● Exercise goal: Locate the line that contains "f 183 182 370" in the entries below, then repeat it and every following line through the line that contains "f 70 204 206", exactly, and no others.

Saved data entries
+===+
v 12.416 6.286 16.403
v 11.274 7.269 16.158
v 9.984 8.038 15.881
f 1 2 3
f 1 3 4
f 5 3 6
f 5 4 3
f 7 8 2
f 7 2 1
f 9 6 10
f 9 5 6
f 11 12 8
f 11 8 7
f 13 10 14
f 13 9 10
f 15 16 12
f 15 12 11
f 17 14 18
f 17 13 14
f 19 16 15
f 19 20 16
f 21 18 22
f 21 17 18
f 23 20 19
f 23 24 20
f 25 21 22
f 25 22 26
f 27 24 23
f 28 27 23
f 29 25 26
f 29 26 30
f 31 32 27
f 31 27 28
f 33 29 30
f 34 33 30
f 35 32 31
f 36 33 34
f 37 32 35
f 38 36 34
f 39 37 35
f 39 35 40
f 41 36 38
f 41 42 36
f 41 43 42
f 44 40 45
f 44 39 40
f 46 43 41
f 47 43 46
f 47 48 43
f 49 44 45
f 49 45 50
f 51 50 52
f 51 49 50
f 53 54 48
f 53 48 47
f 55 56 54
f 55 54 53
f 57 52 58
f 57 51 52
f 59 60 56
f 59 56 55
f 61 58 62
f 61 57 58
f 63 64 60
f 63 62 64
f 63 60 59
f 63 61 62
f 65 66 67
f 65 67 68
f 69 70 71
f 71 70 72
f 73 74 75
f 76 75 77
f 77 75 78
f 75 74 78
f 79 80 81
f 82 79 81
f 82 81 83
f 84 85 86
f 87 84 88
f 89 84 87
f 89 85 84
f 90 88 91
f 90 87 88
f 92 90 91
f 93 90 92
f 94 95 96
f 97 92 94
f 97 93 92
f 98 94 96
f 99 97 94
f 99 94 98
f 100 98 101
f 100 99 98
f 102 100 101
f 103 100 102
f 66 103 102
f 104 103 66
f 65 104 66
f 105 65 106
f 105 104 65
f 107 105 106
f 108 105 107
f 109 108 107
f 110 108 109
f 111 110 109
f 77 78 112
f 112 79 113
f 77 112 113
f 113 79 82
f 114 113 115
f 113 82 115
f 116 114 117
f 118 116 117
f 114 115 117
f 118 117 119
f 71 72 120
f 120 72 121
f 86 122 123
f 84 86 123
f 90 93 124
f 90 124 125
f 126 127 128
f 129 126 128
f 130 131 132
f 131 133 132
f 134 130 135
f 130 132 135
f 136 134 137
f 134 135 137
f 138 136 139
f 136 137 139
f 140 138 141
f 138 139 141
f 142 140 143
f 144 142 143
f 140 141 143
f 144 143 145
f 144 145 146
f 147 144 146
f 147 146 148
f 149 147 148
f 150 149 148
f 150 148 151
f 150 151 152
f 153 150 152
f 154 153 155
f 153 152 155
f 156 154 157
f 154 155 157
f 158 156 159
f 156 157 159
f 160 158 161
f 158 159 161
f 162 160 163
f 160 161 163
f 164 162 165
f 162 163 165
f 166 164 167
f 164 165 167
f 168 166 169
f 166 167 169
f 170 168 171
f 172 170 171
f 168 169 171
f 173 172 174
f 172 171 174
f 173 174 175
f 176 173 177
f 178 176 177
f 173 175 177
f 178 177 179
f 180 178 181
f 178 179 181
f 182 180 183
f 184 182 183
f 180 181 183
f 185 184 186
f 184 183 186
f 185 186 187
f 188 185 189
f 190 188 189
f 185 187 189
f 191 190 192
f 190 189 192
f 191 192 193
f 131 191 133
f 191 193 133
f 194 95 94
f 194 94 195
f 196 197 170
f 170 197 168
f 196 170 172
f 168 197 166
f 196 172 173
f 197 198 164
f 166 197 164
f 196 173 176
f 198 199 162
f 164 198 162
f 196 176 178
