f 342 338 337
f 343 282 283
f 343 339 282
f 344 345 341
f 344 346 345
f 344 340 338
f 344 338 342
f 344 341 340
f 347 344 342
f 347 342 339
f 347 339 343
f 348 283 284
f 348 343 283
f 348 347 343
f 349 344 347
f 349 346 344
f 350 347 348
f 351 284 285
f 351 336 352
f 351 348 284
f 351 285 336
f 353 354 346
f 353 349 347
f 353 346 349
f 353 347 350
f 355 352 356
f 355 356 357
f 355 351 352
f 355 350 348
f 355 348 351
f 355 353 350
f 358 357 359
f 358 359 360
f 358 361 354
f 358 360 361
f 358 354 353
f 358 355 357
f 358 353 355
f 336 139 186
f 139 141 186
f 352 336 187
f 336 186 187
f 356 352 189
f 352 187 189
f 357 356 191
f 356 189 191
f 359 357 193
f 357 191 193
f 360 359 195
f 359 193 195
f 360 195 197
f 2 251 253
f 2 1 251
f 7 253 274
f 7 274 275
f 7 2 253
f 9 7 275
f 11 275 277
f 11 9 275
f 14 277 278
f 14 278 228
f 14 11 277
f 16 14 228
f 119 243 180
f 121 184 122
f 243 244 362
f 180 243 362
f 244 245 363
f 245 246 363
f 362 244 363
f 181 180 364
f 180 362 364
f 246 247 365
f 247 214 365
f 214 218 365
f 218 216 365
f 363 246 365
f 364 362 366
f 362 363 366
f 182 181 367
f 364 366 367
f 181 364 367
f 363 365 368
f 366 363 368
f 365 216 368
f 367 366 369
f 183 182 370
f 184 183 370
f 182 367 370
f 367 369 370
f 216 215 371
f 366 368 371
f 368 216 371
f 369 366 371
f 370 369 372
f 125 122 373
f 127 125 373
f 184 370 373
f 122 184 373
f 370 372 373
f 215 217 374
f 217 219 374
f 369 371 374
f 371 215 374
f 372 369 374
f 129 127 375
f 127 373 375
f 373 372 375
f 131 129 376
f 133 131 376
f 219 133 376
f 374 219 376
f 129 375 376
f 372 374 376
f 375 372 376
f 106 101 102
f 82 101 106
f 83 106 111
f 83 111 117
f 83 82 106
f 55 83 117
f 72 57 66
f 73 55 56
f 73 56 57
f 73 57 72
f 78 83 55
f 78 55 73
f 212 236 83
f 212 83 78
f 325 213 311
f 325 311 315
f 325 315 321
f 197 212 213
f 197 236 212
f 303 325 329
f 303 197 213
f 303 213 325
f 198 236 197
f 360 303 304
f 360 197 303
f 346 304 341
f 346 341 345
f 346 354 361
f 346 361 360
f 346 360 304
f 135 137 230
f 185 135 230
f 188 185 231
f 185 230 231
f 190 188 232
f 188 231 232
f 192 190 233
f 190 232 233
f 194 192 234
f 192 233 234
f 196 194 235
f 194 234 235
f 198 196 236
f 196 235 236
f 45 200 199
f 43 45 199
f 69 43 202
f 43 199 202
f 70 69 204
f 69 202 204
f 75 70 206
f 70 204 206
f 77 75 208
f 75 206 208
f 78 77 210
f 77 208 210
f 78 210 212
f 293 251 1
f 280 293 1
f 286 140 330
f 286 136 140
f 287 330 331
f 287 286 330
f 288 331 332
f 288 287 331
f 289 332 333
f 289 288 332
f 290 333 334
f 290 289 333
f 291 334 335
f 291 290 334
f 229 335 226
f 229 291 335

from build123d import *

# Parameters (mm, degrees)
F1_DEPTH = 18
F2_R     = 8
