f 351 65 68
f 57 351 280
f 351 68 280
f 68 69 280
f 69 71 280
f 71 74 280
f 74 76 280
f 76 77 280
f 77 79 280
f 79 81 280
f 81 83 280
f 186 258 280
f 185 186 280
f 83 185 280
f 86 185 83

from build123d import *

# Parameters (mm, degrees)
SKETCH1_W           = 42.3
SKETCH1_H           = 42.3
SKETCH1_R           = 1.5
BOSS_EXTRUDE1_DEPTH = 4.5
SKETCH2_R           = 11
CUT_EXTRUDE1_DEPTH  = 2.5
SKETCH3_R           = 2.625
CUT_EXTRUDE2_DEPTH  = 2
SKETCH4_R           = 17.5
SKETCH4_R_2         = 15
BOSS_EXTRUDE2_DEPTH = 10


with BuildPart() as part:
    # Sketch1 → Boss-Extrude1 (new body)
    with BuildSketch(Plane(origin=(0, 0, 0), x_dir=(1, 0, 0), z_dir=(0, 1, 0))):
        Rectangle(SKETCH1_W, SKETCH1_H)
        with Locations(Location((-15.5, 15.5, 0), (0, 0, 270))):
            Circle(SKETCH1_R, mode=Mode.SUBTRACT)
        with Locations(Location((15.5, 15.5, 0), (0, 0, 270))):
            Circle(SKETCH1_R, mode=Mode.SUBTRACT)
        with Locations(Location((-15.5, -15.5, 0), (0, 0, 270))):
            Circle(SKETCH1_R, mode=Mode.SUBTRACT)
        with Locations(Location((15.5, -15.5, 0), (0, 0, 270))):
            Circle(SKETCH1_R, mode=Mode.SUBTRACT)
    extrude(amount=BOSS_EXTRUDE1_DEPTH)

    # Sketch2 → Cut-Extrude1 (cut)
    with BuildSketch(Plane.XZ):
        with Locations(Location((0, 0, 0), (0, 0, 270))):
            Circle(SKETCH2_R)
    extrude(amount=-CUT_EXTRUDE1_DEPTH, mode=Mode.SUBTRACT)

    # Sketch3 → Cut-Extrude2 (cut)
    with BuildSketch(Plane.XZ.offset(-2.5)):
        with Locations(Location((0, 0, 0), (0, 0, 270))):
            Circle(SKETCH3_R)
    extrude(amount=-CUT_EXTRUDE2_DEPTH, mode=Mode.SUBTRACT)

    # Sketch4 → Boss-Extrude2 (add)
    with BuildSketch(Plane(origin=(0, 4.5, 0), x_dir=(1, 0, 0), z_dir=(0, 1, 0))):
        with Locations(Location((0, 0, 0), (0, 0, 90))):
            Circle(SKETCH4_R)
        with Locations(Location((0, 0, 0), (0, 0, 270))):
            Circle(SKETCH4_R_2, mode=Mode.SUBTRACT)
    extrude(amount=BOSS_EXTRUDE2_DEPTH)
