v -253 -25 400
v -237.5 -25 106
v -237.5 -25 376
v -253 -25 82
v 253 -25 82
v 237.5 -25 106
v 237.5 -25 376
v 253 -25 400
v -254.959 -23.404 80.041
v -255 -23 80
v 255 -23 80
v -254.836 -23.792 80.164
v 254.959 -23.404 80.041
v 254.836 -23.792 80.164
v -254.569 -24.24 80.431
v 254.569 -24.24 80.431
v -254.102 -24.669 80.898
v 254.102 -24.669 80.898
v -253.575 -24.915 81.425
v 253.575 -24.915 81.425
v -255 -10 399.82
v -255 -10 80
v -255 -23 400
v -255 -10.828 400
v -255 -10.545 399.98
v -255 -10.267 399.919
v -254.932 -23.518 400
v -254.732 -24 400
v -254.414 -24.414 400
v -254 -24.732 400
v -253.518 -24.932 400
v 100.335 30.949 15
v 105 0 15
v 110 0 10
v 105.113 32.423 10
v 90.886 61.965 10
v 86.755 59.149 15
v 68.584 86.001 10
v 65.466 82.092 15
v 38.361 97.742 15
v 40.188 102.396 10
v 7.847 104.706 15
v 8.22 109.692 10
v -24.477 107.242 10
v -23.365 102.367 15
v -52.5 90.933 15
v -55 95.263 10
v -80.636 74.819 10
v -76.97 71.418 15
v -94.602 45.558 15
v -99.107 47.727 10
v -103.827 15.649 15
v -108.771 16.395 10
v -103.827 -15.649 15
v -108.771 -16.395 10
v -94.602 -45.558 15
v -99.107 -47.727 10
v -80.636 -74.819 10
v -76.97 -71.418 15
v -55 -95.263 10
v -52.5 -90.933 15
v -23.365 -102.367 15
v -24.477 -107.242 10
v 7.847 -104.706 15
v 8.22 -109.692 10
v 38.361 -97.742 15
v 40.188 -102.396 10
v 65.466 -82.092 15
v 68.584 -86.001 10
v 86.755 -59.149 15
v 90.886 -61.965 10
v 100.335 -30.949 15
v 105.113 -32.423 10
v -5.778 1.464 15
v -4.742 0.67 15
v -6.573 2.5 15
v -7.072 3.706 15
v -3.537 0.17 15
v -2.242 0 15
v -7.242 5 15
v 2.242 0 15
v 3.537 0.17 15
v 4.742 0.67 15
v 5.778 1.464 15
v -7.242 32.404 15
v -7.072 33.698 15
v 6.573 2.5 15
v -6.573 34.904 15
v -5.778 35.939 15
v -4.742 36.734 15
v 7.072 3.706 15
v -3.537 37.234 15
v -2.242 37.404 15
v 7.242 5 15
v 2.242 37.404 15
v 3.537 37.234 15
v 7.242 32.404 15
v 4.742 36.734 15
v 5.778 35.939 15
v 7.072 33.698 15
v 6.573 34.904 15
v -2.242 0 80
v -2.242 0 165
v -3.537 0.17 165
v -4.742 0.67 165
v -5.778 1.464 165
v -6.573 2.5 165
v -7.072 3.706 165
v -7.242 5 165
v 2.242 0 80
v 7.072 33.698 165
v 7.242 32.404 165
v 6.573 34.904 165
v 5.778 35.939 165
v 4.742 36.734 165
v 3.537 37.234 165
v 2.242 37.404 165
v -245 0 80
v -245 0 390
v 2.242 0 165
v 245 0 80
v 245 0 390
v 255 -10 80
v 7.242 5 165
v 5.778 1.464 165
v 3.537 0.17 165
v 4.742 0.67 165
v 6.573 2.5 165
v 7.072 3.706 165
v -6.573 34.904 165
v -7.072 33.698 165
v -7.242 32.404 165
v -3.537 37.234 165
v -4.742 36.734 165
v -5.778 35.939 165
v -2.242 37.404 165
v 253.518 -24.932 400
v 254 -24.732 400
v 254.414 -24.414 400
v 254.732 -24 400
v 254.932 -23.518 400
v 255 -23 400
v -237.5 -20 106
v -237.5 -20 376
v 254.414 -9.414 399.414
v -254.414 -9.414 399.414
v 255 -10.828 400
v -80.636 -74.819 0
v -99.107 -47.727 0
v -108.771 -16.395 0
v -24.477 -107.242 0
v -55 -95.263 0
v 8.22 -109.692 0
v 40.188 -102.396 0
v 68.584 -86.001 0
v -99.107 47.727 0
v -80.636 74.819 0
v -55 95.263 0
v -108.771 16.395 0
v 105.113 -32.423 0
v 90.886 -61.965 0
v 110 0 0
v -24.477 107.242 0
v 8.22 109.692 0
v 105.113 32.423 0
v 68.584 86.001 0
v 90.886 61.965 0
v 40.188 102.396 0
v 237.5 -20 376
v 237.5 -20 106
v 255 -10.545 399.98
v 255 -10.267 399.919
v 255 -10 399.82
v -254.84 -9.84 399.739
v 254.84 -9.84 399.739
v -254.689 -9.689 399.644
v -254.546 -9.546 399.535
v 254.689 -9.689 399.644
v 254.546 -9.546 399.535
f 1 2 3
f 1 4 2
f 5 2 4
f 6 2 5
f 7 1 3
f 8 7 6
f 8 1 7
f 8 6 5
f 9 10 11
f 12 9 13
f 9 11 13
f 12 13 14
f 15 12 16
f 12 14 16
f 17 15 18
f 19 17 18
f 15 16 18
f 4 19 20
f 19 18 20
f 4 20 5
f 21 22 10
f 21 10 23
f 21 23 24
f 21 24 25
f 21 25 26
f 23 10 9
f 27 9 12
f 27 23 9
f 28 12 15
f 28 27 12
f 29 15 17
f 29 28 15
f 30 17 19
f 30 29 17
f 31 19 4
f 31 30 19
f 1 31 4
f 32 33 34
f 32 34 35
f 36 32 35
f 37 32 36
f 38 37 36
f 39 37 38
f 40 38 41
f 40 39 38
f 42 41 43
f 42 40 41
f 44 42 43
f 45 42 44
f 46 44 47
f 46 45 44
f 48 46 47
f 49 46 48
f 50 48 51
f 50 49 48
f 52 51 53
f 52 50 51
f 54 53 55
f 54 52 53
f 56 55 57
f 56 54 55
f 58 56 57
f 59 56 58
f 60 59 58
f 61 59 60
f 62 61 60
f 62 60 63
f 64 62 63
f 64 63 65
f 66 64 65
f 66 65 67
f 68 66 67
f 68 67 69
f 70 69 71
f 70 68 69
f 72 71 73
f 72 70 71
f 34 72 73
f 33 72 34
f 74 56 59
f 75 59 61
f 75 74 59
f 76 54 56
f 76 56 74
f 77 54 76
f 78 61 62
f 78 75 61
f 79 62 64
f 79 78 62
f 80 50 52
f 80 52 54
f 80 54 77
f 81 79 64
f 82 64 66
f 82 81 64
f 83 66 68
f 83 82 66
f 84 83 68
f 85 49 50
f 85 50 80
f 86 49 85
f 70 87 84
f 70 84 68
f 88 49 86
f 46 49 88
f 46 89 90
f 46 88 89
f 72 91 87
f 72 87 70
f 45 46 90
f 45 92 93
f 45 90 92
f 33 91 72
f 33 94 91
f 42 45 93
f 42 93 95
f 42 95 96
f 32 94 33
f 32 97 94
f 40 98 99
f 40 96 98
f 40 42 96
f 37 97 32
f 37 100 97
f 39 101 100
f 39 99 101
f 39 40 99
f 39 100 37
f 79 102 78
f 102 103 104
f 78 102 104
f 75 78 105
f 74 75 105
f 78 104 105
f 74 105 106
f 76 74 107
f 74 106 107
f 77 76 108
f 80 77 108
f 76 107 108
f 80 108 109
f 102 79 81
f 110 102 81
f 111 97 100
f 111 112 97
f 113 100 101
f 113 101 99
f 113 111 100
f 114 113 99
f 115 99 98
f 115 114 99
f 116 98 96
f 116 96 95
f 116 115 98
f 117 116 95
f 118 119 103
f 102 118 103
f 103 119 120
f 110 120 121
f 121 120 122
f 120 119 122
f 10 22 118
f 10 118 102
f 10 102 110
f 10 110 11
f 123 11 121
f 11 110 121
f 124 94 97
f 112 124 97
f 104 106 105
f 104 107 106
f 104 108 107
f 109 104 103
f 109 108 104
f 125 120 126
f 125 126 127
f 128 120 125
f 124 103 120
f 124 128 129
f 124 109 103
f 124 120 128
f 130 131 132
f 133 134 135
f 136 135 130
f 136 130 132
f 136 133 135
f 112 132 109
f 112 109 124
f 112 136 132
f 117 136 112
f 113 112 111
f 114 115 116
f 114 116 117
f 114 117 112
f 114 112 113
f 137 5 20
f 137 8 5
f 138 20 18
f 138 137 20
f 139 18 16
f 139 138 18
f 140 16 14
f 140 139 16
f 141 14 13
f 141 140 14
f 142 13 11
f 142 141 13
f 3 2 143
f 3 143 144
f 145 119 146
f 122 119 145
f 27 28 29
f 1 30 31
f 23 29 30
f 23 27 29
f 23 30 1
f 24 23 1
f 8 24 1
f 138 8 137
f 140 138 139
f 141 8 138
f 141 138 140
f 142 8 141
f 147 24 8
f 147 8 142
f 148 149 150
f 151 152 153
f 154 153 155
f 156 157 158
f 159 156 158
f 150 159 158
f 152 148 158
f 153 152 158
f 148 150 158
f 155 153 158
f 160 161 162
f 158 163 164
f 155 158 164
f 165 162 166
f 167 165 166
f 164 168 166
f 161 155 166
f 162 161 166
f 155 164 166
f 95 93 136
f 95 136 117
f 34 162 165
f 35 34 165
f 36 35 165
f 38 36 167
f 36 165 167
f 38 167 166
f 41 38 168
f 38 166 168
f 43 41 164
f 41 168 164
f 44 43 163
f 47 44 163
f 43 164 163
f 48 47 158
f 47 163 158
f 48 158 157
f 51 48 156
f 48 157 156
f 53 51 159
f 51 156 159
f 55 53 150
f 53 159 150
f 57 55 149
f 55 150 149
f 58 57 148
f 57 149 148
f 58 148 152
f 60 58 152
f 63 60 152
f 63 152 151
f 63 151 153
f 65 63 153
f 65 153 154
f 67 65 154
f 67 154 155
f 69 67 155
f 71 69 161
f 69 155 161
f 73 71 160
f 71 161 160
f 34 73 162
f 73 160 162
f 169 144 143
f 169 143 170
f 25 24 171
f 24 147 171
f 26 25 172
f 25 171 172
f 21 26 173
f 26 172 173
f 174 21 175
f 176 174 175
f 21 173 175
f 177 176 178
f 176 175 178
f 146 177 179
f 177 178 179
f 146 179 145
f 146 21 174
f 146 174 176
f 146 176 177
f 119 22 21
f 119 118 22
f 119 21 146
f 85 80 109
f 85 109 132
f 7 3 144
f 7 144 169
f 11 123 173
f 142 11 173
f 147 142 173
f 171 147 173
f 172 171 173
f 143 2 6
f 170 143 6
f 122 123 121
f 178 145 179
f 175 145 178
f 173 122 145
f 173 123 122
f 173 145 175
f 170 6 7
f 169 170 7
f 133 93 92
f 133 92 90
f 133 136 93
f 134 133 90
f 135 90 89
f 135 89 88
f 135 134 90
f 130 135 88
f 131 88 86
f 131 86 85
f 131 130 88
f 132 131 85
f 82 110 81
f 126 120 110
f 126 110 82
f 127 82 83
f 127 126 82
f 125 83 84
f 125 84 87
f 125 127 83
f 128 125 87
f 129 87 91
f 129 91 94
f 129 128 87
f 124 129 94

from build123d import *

# Parameters (mm, degrees)
F0_R      = 110
F1_DEPTH  = 15
F2_SIZE   = 5
F3_W      = 14.4848674536
F3_H      = 37.4039579183
F4_DEPTH  = 150
F5_R      = 5
F6_W      = 510
F6_H      = 320
F7_DEPTH  = 25
F8_SIZE   = 10
F9_R      = 2
F10_W     = 475
F10_H     = 270
F11_DEPTH = 5


with BuildPart() as f1:
    # F0 (on Top) → F1 (new body)
    with BuildSketch(Plane.XY):
        Circle(F0_R)
    extrude(amount=F1_DEPTH)

    # F2
    f2_edges = [f1.edges().sort_by_distance(p)[0] for p in [
        (-110, 0, 15),
    ]]
    chamfer(f2_edges, length=F2_SIZE)

    # F3 (on face) → F4 (join)
    with BuildSketch(Plane.XY.offset(15)):
        with Locations((0, 18.7019798905)):
            Rectangle(F3_W, F3_H)
    extrude(amount=F4_DEPTH)

    # F5
    f5_edges = [f1.edges().sort_by_distance(p)[0] for p in [
        (-7.242434, 1e-06, 90),
        (7.242434, 1e-06, 90),
        (7.242434, 37.403959, 90),
        (-7.242434, 37.403959, 90),
    ]]
    fillet(f5_edges, radius=F5_R)

    # F6 (on face) → F7 (join)
    with BuildSketch(Plane.XZ.offset(-9.313e-07)):
        with Locations((0, 240)):
            Rectangle(F6_W, F6_H)
    extrude(amount=F7_DEPTH)

    # F8
    f8_edges = [f1.edges().sort_by_distance(p)[0] for p in [
        (-255, 1e-06, 240),
        (0, 1e-06, 400),
        (255, 1e-06, 240),
    ]]
    chamfer(f8_edges, length=F8_SIZE)

    # F9
    f9_edges = [f1.edges().sort_by_distance(p)[0] for p in [
        (-255, -24.999999, 240),
        (0, -24.999999, 80),
        (255, -24.999999, 240),
        (0, -9.999999, 400),
    ]]
    fillet(f9_edges, radius=F9_R)

    # F10 (on face) → F11 (cut)
    with BuildSketch(Plane.XZ.offset(24.9999990687)):
        with Locations((0, 241)):
            Rectangle(F10_W, F10_H)
    extrude(amount=-F11_DEPTH, mode=Mode.SUBTRACT)


solid = f1.part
+===+
● Result:
f 183 182 370
f 184 183 370
f 182 367 370
f 367 369 370
f 216 215 371
f 366 368 371
f 368 216 371
f 369 366 371
f 370 369 372
f 125 122 373
f 127 125 373
f 184 370 373
f 122 184 373
f 370 372 373
f 215 217 374
f 217 219 374
f 369 371 374
f 371 215 374
f 372 369 374
f 129 127 375
f 127 373 375
f 373 372 375
f 131 129 376
f 133 131 376
f 219 133 376
f 374 219 376
f 129 375 376
f 372 374 376
f 375 372 376
f 106 101 102
f 82 101 106
f 83 106 111
f 83 111 117
f 83 82 106
f 55 83 117
f 72 57 66
f 73 55 56
f 73 56 57
f 73 57 72
f 78 83 55
f 78 55 73
f 212 236 83
f 212 83 78
f 325 213 311
f 325 311 315
f 325 315 321
f 197 212 213
f 197 236 212
f 303 325 329
f 303 197 213
f 303 213 325
f 198 236 197
f 360 303 304
f 360 197 303
f 346 304 341
f 346 341 345
f 346 354 361
f 346 361 360
f 346 360 304
f 135 137 230
f 185 135 230
f 188 185 231
f 185 230 231
f 190 188 232
f 188 231 232
f 192 190 233
f 190 232 233
f 194 192 234
f 192 233 234
f 196 194 235
f 194 234 235
f 198 196 236
f 196 235 236
f 45 200 199
f 43 45 199
f 69 43 202
f 43 199 202
f 70 69 204
f 69 202 204
f 75 70 206
f 70 204 206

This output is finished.